| Konu: | Kırk dört yıl önce Çorum katliamı yaşandığına, Kobani kumpas davasına ve geçen dönemki milletvekilleri hakkında hazırlanan iddianameye, 1 Mayıs günü kolluk güçlerinin aldıkları talimatla beraber Anayasa suçu işlediklerine, Hilvan'daki seçim çalışmalarına ve Şanlıurfa Valisinin ifadelerine ilişkin açıklaması |
| Yasama Yılı: | 2 |
| Birleşim: | 88 |
| Tarih: | 29.05.2024 |
SEZAİ TEMELLİ (Muş) - Teşekkür ederim Sayın Başkan.
Sayın milletvekilleri, hepinizi saygıyla selamlıyorum.
Tam kırk dört yıl önce Çorum katliamı yaşandı. Bu katliamda yitirdiğimiz 57 yurttaşımızı bir kez daha saygıyla anıyorum. Üzerinden kırk dört yıl geçti fakat acısı dinmedi çünkü ne hakikatle yüzleşebildik ne de bu suçu işleyenleri yargılayabildik, cezalandırabildik. Bu katliamlar devam etti; Çorum, Maraş, Vartinis, Roboski gibi birçok katliam yaşandı ve bu katliamı yapanlar her seferinde dokunulmazlık zırhının arkasına saklanabildiler. Dolayısıyla da Türkiye'de bugün çokça konuşulan darbe, darbe mekaniği dediğimiz meselenin aslında buralarda saklı olduğunu hep görmezden geldik. Evet, bunlar aydınlatılabilseydi belki 12 Eylül yaşanmayacaktı ama 12 Eylül darbesine giden yolun taşları böyle döşendi, tıpkı diğer darbelerin öncesinde döşenen taşlar gibi. Bir kez daha bu katliamı kınıyoruz, bu katliamın faillerinin mutlaka bir gün yargı önünde hesap vermesi en büyük beklentimiz.

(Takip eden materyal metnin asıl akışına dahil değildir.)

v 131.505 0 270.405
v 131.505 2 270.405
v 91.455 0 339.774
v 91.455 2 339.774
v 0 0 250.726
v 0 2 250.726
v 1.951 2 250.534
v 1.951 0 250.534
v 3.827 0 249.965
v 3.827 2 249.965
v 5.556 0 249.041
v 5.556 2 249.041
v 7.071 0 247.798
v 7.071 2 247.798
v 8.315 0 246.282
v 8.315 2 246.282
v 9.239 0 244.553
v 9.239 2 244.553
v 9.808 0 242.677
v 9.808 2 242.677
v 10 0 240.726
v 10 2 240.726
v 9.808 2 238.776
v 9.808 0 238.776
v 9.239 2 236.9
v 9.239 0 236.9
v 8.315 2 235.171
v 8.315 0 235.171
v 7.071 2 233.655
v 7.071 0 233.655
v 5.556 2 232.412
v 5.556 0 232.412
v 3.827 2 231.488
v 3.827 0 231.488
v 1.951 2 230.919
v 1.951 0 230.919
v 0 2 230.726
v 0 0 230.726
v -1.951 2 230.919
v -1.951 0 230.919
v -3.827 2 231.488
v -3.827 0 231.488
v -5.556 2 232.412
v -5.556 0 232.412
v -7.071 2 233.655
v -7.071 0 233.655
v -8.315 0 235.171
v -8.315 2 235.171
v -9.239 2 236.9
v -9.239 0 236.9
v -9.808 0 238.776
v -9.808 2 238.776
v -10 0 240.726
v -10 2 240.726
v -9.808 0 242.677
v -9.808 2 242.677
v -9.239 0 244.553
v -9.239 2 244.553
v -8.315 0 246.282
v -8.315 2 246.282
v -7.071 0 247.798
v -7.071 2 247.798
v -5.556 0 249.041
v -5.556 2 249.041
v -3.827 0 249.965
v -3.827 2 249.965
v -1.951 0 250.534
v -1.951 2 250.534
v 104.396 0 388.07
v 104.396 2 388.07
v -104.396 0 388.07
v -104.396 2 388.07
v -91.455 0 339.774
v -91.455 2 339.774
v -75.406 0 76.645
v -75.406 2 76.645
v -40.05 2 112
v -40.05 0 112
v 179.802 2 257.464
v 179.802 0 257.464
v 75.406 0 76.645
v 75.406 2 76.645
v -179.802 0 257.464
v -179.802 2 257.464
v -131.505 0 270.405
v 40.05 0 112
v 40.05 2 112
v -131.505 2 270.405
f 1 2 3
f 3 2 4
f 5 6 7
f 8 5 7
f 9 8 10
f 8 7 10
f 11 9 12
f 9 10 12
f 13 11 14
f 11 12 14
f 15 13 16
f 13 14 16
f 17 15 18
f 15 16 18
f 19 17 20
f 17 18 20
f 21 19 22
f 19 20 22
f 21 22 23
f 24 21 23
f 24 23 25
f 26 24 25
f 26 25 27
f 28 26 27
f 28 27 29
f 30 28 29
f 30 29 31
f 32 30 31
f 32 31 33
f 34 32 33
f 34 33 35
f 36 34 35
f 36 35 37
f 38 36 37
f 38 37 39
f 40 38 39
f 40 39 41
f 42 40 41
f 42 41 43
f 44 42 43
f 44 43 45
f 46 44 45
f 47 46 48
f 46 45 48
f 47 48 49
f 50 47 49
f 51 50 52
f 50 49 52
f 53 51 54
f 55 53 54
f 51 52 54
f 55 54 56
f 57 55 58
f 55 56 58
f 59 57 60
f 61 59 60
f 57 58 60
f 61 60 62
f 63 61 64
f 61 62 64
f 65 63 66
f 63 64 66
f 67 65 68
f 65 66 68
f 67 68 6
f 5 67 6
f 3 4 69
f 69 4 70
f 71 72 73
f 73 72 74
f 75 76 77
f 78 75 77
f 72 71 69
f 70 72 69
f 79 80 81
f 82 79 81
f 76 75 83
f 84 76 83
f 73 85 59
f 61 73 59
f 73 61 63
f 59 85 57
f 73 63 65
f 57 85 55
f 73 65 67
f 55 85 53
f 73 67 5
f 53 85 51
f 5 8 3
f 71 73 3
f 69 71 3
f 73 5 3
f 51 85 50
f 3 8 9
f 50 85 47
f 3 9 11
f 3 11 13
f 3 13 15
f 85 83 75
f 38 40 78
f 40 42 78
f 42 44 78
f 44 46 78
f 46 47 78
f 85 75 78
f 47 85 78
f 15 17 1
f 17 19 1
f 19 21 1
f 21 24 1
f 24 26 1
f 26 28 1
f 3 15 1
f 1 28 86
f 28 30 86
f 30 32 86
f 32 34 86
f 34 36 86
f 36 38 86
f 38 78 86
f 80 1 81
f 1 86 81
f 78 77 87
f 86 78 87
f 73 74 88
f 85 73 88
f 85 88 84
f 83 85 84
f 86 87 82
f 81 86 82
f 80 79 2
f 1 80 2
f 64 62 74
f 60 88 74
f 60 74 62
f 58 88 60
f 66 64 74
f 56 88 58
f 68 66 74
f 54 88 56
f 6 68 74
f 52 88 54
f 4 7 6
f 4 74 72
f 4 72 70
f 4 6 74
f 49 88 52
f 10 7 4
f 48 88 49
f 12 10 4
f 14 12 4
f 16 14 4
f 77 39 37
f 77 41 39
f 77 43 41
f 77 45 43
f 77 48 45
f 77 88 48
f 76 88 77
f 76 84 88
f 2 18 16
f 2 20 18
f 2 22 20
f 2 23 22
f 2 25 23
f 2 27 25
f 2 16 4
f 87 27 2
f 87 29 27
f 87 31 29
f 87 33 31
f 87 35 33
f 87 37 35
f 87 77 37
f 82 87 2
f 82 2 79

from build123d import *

# Parameters (mm, degrees)
BOSS_EXTRUDE1_DEPTH = 2
SKETCH2_R           = 10
CUT_EXTRUDE1_DEPTH  = 434.878349498
SKETCH4_OUTSIDE_W   = 492.732
SKETCH4_OUTSIDE_H   = 440.742
CUT_EXTRUDE2_DEPTH  = 3


with BuildPart() as part:
    # Sketch1 → Boss-Extrude1 (new body)
    with BuildSketch(Plane(origin=(0, 0, 0), x_dir=(1, 0, 0), z_dir=(0, 1, 0))):
        Polygon((-132.853430349, -388.070415552), (132.853430349, -388.070415552), (194.030344885, -282.108891325), (61.176914536, -52), (-61.176914536, -52), (-194.030344885, -282.108891325), align=None)
    extrude(amount=BOSS_EXTRUDE1_DEPTH)

    # Sketch2 → Cut-Extrude1 (cut, through all)
    with BuildSketch(Plane(origin=(0, 2, 0), x_dir=(1, 0, 0), z_dir=(0, 1, 0))):
        with Locations(Location((0, -240.726435625, 0), (0, 0, 270))):
            Circle(SKETCH2_R)
    extrude(amount=-CUT_EXTRUDE1_DEPTH, mode=Mode.SUBTRACT)

    # Sketch4 outside → Cut-Extrude2 (cut)
    with BuildSketch(Plane(origin=(0, 2, 0), x_dir=(1, 0, 0), z_dir=(0, 1, 0))):
        with Locations((0, -220.035)):
            Rectangle(SKETCH4_OUTSIDE_W, SKETCH4_OUTSIDE_H)
        Polygon((-75.405516164, -76.644660941), (-40.050177105, -112), (40.050177105, -112), (75.405516164, -76.644660941), (179.801743257, -257.464230384), (131.505451943, -270.405182639), (91.455274838, -339.774124237), (104.396227093, -388.070415552), (-104.396227093, -388.070415552), (-91.455274838, -339.774124237), (-131.505451943, -270.405182639), (-179.801743257, -257.464230384), align=None, mode=Mode.SUBTRACT)
    extrude(amount=-CUT_EXTRUDE2_DEPTH, mode=Mode.SUBTRACT)


solid = part.part
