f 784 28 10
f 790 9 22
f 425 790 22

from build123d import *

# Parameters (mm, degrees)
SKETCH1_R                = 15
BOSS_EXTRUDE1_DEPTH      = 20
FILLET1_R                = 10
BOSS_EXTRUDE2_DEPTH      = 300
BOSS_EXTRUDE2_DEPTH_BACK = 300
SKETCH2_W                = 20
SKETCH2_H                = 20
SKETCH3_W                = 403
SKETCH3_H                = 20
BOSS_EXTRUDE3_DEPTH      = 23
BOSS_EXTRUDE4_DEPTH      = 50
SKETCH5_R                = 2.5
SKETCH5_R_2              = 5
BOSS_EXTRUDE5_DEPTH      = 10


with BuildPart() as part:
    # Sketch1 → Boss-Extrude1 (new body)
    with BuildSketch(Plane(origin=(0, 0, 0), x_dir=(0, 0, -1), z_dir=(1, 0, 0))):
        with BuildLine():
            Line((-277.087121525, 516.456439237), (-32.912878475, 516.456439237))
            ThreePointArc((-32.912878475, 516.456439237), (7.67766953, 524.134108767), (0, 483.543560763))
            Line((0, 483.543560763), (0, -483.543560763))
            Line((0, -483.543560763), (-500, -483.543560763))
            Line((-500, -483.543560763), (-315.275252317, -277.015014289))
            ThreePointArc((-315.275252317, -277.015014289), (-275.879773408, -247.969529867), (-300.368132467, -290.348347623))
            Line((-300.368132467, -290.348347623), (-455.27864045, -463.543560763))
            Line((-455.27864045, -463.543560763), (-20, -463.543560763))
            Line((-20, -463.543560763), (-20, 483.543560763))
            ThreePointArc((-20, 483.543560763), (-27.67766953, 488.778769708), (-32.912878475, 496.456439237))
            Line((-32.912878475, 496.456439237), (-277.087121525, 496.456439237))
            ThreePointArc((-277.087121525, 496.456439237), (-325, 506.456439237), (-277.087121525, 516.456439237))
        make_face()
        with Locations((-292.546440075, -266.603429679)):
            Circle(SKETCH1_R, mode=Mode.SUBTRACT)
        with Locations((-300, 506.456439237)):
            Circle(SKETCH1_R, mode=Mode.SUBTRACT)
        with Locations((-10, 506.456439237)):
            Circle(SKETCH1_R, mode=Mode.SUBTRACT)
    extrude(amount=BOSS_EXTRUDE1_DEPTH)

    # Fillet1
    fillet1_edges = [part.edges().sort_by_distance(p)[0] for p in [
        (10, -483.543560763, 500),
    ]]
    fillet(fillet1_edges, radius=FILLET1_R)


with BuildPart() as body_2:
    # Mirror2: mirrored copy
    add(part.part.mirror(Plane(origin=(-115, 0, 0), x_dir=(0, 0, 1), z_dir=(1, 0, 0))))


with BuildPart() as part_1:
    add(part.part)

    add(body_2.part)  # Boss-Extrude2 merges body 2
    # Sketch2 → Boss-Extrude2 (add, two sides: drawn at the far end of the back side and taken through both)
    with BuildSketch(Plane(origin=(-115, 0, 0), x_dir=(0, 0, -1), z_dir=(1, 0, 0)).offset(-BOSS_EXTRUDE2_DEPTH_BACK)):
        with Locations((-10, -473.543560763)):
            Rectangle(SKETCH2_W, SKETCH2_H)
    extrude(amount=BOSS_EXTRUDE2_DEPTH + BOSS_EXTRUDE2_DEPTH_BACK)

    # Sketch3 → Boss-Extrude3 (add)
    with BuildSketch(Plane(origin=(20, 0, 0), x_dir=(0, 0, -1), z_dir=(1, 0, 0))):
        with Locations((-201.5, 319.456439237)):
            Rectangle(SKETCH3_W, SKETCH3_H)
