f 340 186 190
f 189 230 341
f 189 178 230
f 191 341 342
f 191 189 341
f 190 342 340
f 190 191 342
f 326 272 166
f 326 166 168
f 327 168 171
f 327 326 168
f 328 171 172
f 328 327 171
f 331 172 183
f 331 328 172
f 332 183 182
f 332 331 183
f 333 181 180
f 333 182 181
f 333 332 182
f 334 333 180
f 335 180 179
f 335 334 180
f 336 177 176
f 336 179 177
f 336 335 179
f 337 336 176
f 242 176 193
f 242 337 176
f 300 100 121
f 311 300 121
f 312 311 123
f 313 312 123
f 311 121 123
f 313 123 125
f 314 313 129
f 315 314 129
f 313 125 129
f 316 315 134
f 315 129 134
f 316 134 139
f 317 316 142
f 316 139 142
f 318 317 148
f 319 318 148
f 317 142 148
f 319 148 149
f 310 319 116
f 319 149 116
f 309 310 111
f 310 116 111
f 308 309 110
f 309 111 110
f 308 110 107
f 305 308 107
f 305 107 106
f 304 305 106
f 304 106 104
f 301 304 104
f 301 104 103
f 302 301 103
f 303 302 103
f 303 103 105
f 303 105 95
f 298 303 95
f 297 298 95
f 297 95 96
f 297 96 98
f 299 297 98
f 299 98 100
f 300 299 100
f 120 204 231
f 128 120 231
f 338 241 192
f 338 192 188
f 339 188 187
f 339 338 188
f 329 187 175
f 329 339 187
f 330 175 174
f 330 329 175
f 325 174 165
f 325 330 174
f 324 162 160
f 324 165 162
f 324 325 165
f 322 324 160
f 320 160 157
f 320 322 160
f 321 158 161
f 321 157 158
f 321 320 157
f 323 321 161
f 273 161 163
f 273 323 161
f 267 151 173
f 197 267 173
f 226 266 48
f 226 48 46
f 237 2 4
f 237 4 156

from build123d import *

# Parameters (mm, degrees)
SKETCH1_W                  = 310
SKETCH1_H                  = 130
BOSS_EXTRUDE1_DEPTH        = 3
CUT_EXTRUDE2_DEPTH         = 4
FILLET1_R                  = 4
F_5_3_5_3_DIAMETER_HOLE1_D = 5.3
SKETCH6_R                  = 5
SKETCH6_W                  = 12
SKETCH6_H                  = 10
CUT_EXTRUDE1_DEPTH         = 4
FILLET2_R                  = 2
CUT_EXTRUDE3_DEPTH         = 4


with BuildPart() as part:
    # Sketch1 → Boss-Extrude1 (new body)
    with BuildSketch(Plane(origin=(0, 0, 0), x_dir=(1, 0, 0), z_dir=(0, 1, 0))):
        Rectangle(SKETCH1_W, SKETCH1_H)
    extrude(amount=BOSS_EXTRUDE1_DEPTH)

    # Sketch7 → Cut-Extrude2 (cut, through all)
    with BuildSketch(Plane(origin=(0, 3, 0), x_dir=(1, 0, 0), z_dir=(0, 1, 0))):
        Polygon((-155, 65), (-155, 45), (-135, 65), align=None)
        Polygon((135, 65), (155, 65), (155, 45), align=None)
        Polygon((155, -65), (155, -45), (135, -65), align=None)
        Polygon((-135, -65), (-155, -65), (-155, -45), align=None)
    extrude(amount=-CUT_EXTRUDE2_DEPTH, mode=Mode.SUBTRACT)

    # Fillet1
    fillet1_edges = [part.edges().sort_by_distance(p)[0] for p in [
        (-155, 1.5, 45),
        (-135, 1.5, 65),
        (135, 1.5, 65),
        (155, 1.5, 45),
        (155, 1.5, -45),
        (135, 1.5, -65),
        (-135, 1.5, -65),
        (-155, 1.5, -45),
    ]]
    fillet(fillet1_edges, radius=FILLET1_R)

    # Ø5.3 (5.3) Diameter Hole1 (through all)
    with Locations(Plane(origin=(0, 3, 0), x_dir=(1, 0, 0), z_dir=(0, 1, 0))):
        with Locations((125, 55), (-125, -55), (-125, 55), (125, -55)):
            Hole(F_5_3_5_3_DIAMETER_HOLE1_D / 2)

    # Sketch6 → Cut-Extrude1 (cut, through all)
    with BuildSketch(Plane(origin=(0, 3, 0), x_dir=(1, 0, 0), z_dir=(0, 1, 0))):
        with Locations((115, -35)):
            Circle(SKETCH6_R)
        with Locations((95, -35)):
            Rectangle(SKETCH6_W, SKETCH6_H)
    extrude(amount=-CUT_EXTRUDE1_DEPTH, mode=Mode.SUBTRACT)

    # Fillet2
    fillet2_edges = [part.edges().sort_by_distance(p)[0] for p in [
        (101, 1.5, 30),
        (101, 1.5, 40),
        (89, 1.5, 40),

Tabii "darbe" deyince, kumpas davaları da hep aklımızın bir köşesinde. Bunun belki de en önemli örneği Kobani kumpas davası. Bunun sonuçları daha kamuoyunda tartışılırken geçen dönem Milletvekillerimiz Hüda Kaya, Serpil Kemalbay, Fatma Kurtulan, Garo Paylan ve Pero Dundar hakkında iddianame hazırlandı. Kumpasın nasıl bir kumpas olduğunu anlatmak açısından bu iddianame önemli çünkü biliyorsunuz, 36 arkadaşımız yargılanmıştı bu davada ve bu 36 arkadaşımız, başta Figen Yüksekdağ, Selahattin Demirtaş olmak üzere sevgili arkadaşlarımızın hepsi Yasin Börü ve diğer cinayetlerden beraat ettiler; bu çok net ortaya çıktı. Uydurma cezalarla içeride tutsak edilmeye devam ediliyorlar. Evet, tutsak; bu lafa itiraz ediyorsunuz ama arkadaşlarımız tutsak çünkü sadece ve sadece barış ve demokrasi için mücadele ettiler, söz kurdular ama gelin görün ki Yassıada ruhlu bu Ankara 22. Ceza, bu 5 arkadaşımız için de aynı iddianameyi yani aynı kumpası devam ettiriyor.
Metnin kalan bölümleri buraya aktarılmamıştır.